H5Dwrite(dset, H5T_NATIVE_FLOAT, mem_space, file_space, H5P_DEFAULT, buffer);
std::cout << "- First buffer written" << std::endl;
We can now close the file dataspace. We could close the memory dataspace now and create a new one for the second buffer, but we will simply update its size.
H5Sclose(file_space);
New values in buffer to be appended to the dataset:
b[0][0] = 1.1;
b[0][1] = 1.2;
b[0][2] = 1.3;
b[1][0] = 1.4;
b[1][1] = 1.5;
b[1][2] = 1.6;
b[2][0] = 1.7;
b[2][1] = 1.8;
b[2][2] = 1.9;
Resize the memory dataspace to indicate the new size of our buffer. The second buffer is three lines long.
dims[0] = 3;
dims[1] = ncols;
H5Sset_extent_simple(mem_space, ndims, dims, NULL);
std::cout << "- Memory dataspace resized" << std::endl;
Extend dataset. Note that in this simple example, we know that 2 + 3 = 5. In general, you could read the current extent from the file dataspace and add the desired number of lines to it.
dims[0] = 5;
dims[1] = ncols;
H5Dset_extent(dset, dims);
std::cout << "- Dataset extended" << std::endl;
Select hyperslab on file dataset. Again in this simple example, we know that 0 + 2 = 2. In general, you could read the current extent from the file dataspace. The second buffer is three lines long.

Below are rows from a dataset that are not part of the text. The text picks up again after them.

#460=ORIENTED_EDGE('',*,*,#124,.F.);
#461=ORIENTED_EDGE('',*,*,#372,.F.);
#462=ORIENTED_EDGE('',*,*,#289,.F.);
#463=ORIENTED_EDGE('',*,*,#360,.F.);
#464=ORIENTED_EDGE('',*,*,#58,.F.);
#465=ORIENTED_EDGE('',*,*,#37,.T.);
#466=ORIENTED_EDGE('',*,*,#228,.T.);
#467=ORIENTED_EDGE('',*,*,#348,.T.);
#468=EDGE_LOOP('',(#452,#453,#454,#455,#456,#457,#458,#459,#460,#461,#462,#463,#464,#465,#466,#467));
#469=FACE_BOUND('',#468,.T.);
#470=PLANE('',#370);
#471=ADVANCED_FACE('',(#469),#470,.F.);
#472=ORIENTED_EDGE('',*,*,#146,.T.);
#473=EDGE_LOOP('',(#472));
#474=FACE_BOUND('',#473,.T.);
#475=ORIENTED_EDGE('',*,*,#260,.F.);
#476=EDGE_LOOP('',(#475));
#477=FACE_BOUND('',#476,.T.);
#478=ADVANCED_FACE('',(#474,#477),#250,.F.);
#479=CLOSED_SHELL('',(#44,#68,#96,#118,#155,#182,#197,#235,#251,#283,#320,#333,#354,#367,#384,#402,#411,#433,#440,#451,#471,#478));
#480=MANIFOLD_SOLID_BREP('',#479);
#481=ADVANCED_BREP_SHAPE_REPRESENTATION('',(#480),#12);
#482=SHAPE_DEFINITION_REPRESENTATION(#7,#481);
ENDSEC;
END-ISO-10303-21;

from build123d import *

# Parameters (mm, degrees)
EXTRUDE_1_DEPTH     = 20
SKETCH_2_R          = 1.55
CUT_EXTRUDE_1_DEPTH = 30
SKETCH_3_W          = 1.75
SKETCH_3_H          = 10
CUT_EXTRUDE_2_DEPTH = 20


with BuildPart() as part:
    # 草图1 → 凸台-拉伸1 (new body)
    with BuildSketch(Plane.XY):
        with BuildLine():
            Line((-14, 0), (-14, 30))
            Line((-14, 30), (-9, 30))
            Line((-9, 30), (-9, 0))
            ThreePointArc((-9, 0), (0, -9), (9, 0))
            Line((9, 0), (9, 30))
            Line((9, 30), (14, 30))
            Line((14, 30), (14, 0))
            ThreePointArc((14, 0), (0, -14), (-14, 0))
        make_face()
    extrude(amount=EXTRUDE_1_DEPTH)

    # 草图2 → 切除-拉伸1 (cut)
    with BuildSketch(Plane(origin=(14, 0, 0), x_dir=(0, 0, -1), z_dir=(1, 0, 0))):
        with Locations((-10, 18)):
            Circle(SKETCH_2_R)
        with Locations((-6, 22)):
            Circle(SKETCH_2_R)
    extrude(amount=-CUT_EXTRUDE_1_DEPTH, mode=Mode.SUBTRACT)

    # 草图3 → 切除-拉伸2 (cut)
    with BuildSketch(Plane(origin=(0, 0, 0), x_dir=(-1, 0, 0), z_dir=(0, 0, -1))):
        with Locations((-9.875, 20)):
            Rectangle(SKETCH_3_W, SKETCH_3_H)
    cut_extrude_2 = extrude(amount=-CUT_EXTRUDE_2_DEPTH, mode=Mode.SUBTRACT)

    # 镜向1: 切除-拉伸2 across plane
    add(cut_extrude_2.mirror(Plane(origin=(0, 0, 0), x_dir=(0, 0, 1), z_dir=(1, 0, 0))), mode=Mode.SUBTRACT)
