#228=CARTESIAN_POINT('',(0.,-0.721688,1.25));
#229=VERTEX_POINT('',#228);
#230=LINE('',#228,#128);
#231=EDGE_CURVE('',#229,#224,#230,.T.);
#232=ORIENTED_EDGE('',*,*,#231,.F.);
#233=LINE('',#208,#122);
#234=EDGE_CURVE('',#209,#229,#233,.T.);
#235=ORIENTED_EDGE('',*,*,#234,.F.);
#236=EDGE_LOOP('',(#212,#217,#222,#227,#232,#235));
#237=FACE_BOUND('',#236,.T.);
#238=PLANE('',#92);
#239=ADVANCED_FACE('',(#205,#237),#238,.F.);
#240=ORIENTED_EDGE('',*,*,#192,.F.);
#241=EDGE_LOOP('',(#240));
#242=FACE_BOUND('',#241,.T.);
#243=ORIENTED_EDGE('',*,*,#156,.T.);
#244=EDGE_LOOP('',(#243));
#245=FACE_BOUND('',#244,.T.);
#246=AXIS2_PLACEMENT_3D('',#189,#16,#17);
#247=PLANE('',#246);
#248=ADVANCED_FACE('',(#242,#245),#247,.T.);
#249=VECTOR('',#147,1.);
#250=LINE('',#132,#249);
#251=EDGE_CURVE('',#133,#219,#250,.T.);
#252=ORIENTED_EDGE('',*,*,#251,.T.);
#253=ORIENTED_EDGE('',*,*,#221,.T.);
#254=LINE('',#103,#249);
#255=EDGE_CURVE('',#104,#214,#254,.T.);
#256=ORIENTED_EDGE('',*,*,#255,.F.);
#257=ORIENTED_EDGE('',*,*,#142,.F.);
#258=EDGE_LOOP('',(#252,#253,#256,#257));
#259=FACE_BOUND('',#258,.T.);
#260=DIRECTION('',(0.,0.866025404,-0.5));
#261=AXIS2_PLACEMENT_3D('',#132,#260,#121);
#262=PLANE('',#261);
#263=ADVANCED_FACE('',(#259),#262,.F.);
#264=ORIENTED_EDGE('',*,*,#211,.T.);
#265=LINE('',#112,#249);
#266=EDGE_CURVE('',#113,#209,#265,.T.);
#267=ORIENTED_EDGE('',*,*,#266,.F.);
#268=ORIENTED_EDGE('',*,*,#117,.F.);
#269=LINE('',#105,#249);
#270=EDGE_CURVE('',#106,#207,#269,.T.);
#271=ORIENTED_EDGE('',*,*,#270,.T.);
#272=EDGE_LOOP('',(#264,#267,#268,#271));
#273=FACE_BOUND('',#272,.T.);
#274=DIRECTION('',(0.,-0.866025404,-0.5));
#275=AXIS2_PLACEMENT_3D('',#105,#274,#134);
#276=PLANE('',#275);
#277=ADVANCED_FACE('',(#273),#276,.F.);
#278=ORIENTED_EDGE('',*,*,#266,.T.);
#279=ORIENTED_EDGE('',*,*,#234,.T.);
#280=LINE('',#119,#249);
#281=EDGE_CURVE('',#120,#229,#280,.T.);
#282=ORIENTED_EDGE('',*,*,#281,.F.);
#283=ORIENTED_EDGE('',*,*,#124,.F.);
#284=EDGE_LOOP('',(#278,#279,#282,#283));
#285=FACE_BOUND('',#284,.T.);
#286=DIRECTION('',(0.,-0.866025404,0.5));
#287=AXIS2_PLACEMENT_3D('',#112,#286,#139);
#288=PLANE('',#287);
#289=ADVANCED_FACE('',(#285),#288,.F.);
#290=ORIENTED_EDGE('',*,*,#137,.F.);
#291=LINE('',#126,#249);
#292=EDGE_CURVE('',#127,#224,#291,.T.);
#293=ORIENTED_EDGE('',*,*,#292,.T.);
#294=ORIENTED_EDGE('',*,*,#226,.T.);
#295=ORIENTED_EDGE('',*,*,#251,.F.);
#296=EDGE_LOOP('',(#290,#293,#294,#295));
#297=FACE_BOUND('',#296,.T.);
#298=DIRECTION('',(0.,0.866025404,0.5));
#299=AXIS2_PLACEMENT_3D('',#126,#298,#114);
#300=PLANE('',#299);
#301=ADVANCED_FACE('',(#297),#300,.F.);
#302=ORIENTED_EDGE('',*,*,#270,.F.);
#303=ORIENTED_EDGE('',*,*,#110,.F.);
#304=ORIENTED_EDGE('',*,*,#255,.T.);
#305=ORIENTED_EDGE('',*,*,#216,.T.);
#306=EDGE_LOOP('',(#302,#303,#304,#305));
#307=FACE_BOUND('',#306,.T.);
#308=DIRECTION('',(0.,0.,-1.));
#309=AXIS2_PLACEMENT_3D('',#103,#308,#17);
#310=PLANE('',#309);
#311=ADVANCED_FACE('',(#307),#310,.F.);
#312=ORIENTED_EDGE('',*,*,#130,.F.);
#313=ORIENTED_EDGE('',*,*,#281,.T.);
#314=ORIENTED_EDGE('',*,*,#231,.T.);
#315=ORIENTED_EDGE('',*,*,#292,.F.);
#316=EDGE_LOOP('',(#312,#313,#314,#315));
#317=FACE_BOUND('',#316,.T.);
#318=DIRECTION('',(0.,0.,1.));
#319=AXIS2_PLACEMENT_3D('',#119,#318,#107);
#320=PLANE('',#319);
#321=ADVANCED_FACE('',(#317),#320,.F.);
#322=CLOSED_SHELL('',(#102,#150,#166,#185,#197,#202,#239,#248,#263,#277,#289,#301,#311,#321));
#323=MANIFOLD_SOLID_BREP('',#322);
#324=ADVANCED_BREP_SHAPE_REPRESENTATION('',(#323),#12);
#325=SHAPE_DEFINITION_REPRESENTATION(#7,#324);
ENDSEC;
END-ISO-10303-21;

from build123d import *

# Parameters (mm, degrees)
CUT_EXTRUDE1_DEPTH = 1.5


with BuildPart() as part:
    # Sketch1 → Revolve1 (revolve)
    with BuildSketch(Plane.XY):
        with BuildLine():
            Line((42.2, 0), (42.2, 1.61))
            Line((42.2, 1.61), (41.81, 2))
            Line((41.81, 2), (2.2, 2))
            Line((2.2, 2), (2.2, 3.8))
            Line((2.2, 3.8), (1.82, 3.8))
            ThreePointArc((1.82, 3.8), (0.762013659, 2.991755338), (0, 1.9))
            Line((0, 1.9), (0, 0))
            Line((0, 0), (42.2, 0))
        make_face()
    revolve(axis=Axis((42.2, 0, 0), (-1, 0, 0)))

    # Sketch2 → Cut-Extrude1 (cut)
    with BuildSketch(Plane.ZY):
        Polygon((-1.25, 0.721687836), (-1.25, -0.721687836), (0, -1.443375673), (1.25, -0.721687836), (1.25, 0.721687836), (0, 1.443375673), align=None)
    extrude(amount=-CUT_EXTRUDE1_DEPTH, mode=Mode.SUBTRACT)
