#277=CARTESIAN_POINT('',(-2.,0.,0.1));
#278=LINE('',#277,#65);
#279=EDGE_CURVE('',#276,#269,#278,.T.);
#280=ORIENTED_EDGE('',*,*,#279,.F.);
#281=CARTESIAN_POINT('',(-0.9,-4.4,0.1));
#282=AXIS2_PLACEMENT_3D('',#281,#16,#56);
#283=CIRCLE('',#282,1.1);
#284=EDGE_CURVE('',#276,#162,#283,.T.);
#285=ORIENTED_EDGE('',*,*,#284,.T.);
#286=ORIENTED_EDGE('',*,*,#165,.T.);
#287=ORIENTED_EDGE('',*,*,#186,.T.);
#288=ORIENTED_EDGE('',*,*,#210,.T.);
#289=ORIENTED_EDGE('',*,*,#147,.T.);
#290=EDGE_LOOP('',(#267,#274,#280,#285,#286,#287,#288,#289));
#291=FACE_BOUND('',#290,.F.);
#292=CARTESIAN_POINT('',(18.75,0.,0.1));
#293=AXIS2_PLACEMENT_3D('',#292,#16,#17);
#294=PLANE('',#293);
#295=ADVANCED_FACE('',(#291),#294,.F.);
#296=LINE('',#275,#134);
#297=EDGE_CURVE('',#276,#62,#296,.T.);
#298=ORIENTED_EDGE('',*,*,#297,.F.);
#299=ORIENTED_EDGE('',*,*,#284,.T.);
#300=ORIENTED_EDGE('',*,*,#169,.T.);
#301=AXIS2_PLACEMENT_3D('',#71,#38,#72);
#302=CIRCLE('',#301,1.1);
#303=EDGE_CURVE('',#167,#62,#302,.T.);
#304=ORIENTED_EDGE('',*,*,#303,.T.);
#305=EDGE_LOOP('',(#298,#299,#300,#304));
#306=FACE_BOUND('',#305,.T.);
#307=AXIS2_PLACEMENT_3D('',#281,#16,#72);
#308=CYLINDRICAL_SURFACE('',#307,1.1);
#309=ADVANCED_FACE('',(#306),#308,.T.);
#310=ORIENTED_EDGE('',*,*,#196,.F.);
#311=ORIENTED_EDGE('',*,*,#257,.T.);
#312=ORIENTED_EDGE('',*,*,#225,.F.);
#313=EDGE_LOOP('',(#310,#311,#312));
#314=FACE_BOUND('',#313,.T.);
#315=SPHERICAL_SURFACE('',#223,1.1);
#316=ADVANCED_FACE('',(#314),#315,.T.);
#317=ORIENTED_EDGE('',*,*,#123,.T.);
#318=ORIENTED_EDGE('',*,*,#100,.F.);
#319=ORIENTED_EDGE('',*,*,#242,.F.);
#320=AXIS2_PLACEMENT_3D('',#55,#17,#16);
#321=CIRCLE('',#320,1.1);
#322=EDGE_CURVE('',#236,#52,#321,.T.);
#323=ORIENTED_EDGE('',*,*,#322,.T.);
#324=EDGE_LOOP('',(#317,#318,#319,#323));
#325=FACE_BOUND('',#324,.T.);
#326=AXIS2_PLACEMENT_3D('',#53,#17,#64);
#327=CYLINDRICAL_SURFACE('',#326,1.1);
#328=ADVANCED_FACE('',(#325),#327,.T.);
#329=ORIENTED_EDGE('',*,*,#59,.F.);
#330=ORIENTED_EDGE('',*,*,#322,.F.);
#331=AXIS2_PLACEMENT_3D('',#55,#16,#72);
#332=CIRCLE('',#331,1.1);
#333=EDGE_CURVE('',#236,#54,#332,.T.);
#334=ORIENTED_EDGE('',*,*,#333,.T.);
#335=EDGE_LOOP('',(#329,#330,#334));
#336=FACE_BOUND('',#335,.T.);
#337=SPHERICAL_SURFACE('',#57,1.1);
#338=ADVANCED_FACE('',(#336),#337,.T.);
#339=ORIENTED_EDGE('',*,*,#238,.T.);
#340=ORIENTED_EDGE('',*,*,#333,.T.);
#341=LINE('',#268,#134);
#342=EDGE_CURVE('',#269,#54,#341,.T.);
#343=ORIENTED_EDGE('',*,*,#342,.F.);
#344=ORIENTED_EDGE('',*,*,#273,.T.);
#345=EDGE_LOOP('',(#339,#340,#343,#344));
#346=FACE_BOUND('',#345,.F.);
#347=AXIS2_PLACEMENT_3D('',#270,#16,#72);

file_space = H5Dget_space(dset);
start[0] = 2;
start[1] = 0;
count[0] = 3;
count[1] = ncols;
H5Sselect_hyperslab(file_space, H5S_SELECT_SET, start, NULL, count, NULL);
std::cout << "- Second hyperslab selected" << std::endl;
Append buffer to dataset
H5Dwrite(dset, H5T_NATIVE_FLOAT, mem_space, file_space, H5P_DEFAULT, buffer);
std::cout << "- Second buffer written" << std::endl;
The end: let's close all the resources:
delete[] b;
delete[] buffer;
H5Sclose(file_space);
H5Sclose(mem_space);
H5Dclose(dset);
H5Fclose(file);
std::cout << "- Resources released" << std::endl;
}
NB: I removed the previous updates because the answer was too long. If you are interested, browse the history.